The accumulation of plaque in your arteries is a disease known as hypercholesterolemia. This is one of the maladies that affects people today.
This fat is necessary in certain amounts in your body. It’s secreted by our liver. You also get it through some foods that have it.
Once it’s made, it plays a role in the creation of bile acids, your cardiovascular function, and a whole series of processes that are essential for your health.
The problem is that in excessive amounts, it causes several imbalances. And, after forming plaque in your arteries, it increases our risk of suffering from coronary diseases alarmingly.
So, to prevent healthy complications, it’s important to know how they show up. You also need to know what foods tend to increase your LDL levels.
What is bad cholesterol (LDL)?
Low density lipoproteins (LDL), better known as “bad cholesterol”, are a kind of fat that tends to build up in your arteries. This causes atheroma plaque.
This is one of the main risk factors for your cardiovascular system. And, because of the way it develops, it has been named among the “silent killers”.
A person has hypercholesterolemia when their measured levels of LDL cholesterol go above 130 mg/dl.
It’s also an important risk factor when your levels of “good cholesterol” (HDL) are lower than 35 mg/dl or men and 40 mg/dl for women.
Symptoms of high cholesterol
The clinical symptoms of high cholesterol can differ for each patient. In general, when the problem is in its beginning stages, it doesn’t cause overwhelming symptoms.
As it develops you can experience:
- Heaviness or indigestion
- Shakiness when moving
- Bad breath
- Inflammation in your extremities
- Blurry vision
- Chest pain
What are the foods that have high levels of bad cholesterol (LDL)?
There are several factors that come into play when taking about the buildup of bad cholesterol (LDL) in your arteries. However, most cases have some relationship with eating to many foods that have high amounts of this kind of fat.

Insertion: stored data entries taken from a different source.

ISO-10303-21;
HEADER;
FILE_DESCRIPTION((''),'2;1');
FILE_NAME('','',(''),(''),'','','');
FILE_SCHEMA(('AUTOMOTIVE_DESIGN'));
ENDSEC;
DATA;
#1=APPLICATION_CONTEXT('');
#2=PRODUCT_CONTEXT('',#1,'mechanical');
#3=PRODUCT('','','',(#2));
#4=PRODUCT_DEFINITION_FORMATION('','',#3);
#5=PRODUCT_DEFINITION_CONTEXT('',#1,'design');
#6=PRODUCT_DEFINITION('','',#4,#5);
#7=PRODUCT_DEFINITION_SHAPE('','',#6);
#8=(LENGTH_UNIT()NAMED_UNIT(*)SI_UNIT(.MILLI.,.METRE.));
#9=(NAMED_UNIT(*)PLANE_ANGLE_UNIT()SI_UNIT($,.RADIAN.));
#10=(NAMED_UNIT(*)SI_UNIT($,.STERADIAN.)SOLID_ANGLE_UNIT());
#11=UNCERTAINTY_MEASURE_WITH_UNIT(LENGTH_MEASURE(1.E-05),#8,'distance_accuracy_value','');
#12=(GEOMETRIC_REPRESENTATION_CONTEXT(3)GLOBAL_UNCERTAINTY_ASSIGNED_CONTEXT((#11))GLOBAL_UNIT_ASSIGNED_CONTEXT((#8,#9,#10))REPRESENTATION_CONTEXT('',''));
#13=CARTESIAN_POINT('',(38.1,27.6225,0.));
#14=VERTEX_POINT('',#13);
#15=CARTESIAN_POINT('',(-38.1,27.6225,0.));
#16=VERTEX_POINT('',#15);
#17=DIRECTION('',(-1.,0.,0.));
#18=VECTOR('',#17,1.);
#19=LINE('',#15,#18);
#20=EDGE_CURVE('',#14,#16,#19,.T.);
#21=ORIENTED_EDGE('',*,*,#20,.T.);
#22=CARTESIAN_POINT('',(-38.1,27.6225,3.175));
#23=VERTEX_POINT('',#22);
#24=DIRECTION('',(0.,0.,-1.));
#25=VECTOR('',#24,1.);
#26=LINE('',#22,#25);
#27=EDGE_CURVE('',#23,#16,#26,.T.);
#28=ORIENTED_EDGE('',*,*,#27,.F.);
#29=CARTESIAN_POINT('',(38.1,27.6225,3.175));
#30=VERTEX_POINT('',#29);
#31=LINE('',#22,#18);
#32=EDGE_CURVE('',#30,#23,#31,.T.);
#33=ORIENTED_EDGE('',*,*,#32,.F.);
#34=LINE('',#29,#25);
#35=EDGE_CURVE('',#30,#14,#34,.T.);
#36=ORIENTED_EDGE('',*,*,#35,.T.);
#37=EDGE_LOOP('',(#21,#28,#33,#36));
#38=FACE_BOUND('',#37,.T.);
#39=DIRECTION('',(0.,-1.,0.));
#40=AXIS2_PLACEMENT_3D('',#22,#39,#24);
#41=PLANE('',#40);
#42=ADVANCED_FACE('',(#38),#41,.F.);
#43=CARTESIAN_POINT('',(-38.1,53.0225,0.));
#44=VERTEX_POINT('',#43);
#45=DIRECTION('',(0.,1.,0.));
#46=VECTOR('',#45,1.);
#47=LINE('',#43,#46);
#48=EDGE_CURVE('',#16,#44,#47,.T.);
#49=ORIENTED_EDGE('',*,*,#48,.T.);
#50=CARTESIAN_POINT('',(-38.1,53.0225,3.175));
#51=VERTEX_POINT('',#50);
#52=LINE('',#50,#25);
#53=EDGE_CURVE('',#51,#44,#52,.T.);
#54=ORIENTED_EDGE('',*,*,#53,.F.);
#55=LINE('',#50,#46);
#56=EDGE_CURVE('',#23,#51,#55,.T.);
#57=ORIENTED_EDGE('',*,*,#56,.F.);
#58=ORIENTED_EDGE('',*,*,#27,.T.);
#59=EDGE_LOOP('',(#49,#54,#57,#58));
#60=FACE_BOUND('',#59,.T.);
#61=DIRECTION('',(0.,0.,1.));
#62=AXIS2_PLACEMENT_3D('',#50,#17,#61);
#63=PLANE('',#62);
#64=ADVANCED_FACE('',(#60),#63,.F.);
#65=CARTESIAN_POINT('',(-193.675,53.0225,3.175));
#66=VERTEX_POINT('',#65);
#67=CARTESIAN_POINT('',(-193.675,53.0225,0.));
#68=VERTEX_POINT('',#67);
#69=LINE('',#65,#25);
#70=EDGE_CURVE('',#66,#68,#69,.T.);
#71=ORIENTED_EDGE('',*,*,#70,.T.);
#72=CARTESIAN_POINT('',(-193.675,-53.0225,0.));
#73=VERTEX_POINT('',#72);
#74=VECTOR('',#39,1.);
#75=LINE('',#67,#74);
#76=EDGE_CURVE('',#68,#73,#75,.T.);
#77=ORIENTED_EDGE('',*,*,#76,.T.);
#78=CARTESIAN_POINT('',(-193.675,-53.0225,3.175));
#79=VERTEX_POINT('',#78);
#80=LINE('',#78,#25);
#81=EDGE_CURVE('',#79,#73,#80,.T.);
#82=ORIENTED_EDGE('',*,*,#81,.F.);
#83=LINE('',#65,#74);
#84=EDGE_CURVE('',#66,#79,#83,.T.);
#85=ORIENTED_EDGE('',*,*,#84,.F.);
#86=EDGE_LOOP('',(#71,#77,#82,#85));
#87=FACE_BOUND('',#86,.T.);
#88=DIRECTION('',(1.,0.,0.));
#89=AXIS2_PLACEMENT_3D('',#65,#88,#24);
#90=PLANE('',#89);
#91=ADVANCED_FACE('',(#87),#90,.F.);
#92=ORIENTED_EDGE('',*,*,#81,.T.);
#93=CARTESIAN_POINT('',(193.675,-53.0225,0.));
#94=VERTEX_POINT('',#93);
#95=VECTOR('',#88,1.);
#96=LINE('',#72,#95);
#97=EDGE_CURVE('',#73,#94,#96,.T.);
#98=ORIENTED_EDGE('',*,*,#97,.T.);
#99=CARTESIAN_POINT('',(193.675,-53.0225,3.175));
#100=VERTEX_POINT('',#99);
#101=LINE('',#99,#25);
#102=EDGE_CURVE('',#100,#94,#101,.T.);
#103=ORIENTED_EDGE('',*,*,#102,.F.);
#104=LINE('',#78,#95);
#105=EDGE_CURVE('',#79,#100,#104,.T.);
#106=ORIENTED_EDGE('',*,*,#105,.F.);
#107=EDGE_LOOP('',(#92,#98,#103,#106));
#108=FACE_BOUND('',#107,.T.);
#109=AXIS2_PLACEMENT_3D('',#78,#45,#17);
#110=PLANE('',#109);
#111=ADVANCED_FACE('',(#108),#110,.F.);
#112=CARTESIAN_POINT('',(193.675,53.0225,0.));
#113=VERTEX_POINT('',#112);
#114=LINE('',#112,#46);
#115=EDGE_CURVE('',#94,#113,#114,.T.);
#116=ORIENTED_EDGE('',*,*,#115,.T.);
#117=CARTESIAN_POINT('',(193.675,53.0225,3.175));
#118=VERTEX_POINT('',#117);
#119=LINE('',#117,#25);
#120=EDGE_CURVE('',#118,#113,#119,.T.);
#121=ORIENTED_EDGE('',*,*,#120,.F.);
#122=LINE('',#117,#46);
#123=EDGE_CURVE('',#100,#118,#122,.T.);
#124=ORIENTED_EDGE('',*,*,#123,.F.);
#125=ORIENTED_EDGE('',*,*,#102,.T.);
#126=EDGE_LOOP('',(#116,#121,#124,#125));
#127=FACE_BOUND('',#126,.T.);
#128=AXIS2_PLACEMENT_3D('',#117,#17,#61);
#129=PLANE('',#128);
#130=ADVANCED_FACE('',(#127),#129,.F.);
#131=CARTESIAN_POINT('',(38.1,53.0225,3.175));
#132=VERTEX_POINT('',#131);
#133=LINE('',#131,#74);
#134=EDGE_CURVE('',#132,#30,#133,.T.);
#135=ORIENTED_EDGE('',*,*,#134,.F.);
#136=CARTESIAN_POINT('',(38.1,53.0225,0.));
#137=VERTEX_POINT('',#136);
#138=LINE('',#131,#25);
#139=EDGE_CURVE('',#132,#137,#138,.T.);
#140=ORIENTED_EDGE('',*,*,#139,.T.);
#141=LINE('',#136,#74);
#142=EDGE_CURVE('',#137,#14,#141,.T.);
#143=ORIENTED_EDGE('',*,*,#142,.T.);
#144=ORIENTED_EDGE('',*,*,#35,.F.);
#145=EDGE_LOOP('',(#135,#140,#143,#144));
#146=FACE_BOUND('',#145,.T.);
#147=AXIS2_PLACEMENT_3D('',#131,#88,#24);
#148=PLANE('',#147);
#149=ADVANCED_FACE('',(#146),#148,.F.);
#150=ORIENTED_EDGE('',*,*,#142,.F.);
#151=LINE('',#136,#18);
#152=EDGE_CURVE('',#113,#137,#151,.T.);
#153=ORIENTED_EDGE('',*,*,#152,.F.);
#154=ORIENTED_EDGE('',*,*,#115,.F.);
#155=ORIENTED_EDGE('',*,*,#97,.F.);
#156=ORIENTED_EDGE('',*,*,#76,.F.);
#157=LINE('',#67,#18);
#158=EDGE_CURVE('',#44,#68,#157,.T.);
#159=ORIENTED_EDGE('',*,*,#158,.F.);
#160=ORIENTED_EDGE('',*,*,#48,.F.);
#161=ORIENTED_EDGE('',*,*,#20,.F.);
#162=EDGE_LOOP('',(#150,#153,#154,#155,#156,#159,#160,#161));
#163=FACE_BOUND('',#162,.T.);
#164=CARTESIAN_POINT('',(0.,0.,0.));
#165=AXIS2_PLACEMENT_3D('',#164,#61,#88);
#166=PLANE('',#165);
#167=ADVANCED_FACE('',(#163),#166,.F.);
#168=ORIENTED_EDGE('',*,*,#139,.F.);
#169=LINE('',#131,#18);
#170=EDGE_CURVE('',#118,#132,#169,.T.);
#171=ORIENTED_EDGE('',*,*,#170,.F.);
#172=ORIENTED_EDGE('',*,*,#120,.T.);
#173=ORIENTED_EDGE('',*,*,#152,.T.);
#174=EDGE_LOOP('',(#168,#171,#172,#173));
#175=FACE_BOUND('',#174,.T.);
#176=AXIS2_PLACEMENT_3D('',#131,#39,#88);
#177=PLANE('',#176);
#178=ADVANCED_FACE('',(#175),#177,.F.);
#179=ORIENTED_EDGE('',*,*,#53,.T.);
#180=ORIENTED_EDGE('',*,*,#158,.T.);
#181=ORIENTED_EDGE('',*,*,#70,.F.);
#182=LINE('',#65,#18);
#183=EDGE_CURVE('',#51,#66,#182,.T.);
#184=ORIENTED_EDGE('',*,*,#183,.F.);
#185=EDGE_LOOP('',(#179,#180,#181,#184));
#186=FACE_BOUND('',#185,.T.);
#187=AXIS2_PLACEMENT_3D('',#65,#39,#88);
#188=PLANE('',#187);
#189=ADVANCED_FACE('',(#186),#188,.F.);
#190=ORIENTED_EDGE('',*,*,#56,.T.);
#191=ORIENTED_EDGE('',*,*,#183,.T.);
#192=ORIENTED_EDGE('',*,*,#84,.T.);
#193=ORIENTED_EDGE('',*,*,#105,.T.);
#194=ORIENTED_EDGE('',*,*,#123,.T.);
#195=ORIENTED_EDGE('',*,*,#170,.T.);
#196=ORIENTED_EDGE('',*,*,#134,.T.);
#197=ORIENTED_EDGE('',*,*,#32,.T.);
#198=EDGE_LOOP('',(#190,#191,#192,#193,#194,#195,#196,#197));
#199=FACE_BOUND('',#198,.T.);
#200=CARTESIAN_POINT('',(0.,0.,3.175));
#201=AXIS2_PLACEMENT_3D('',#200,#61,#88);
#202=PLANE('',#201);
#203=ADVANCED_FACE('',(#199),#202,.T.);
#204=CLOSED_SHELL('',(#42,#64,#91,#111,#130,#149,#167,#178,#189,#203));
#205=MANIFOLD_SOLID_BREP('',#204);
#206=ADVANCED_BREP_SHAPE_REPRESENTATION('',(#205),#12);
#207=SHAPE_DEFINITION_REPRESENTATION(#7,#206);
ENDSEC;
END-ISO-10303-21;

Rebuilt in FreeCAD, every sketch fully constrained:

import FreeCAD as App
import Part
import Sketcher

V = App.Vector
Q = App.Units.Quantity

doc = App.newDocument("Part")
body = doc.addObject("PartDesign::Body", "Body")

sketch1 = doc.addObject("Sketcher::SketchObject", "Sketch")
body.addObject(sketch1)
sketch1.AttachmentSupport = (doc.XY_Plane, [""])
sketch1.MapMode = "FlatFace"
sketch1.addGeometry([
    Part.LineSegment(V(193.675, 53.0225, 0), V(38.1, 53.0225, 0)),
    Part.LineSegment(V(38.1, 53.0225, 0), V(38.1, 27.6225, 0)),
    Part.LineSegment(V(38.1, 27.6225, 0), V(-38.1, 27.6225, 0)),
    Part.LineSegment(V(-38.1, 27.6225, 0), V(-38.1, 53.0225, 0)),
    Part.LineSegment(V(-38.1, 53.0225, 0), V(-193.675, 53.0225, 0)),
    Part.LineSegment(V(-193.675, 53.0225, 0), V(-193.675, -53.0225, 0)),
    Part.LineSegment(V(-193.675, -53.0225, 0), V(193.675, -53.0225, 0)),
    Part.LineSegment(V(193.675, -53.0225, 0), V(193.675, 53.0225, 0)),
], False)
sketch1.addConstraint([
    Sketcher.Constraint("Coincident", 0, 2, 1, 1),
    Sketcher.Constraint("Coincident", 1, 2, 2, 1),
    Sketcher.Constraint("Coincident", 2, 2, 3, 1),
    Sketcher.Constraint("Coincident", 3, 2, 4, 1),
    Sketcher.Constraint("Coincident", 4, 2, 5, 1),
    Sketcher.Constraint("Coincident", 5, 2, 6, 1),
    Sketcher.Constraint("Coincident", 6, 2, 7, 1),
    Sketcher.Constraint("Coincident", 7, 2, 0, 1),
    Sketcher.Constraint("Horizontal", 0),
    Sketcher.Constraint("Vertical", 1),
    Sketcher.Constraint("Horizontal", 2),
    Sketcher.Constraint("Vertical", 3),
    Sketcher.Constraint("Horizontal", 4),
    Sketcher.Constraint("Vertical", 5),
    Sketcher.Constraint("Horizontal", 6),
    Sketcher.Constraint("Vertical", 7),
    Sketcher.Constraint("Symmetric", 4, 2, 6, 2, -1, 1),
    Sketcher.Constraint("Symmetric", 0, 2, 3, 2, -2),
    Sketcher.Constraint("DistanceX", 2, 2, 2, 1, Q("3 in")),
    Sketcher.Constraint("DistanceY", 1, 2, 1, 1, Q("1 in")),
    Sketcher.Constraint("DistanceX", 6, 1, 6, 2, Q("15.25 in")),
    Sketcher.Constraint("DistanceY", 5, 2, 5, 1, Q("4.175 in")),
])
pad1 = doc.addObject("PartDesign::Pad", "Pad")
body.addObject(pad1)
pad1.Profile = sketch1
pad1.Length = Q("0.125 in")

doc.recompute()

Because of this, both to prevent and to treat it, it’s important to remove these from your regular diet. You should replace them with healthy options.
1. Whole dairy
Whole dairy products have a high content of saturated fats, because of this, patients who have problems with cholesterol should remove whole diary from their diet.
Ideally you should replace them with “reduced fat” or “skim” products. These significantly reduce their fat content.
Some examples of whole dairy are:
- Whole dairy
- Half and half
- Condensed milk
- Butter and margarine
The nutritional composition of cheese, including their cholesterol level, vary from one kind to another. Some cheeses have minimal amounts. Others have higher amounts that put you at a higher risk.
The cheeses that have more saturated fats and bad cholesterol (LDL) are the ones that have been cured and those that are spreadable.
3. Red meats
These are a part of many people’s regular diets. But, red meats are one of the foods with the highest concentration of cholesterol and saturated fats.
You shouldn’t eat too much. Also, you should choose leaner cuts, getting rid of as much fat as possible.
4. Offal and viscera
These foods are a great source of vitamins A, B, and D, as well as minerals like potassium and iron.
Despite this, you should regulate how much you eat and only eat them on an occasional basis. This is because they have too much cholesterol and saturated fats.
Mayonnaise , and many commercial condiments have a high level of saturated fats, cholesterol, and calories.
It’s easy to over look this. However, eating it on a constant basis can cause fat buildup in your arteries.
6. Commercial baked goods
Commercial baked goods have high concentrations of sugar, saturated fats, and hydrogenated fats.
All of this together makes the effects of bad cholesterol (LDL) in your arteries worse. It makes it easier for hard plaque to form.
Do you normally include these foods in your regular diet? Even though you don’t have high levels of cholesterol, it’s important to reduce how much of them you eat. This is a measure that prevents this disease.
Instead, it’s good to increase your sources of omega 3 fatty acids, antioxidants, and dietary fiber. All together, this makes it easier to break this substance down.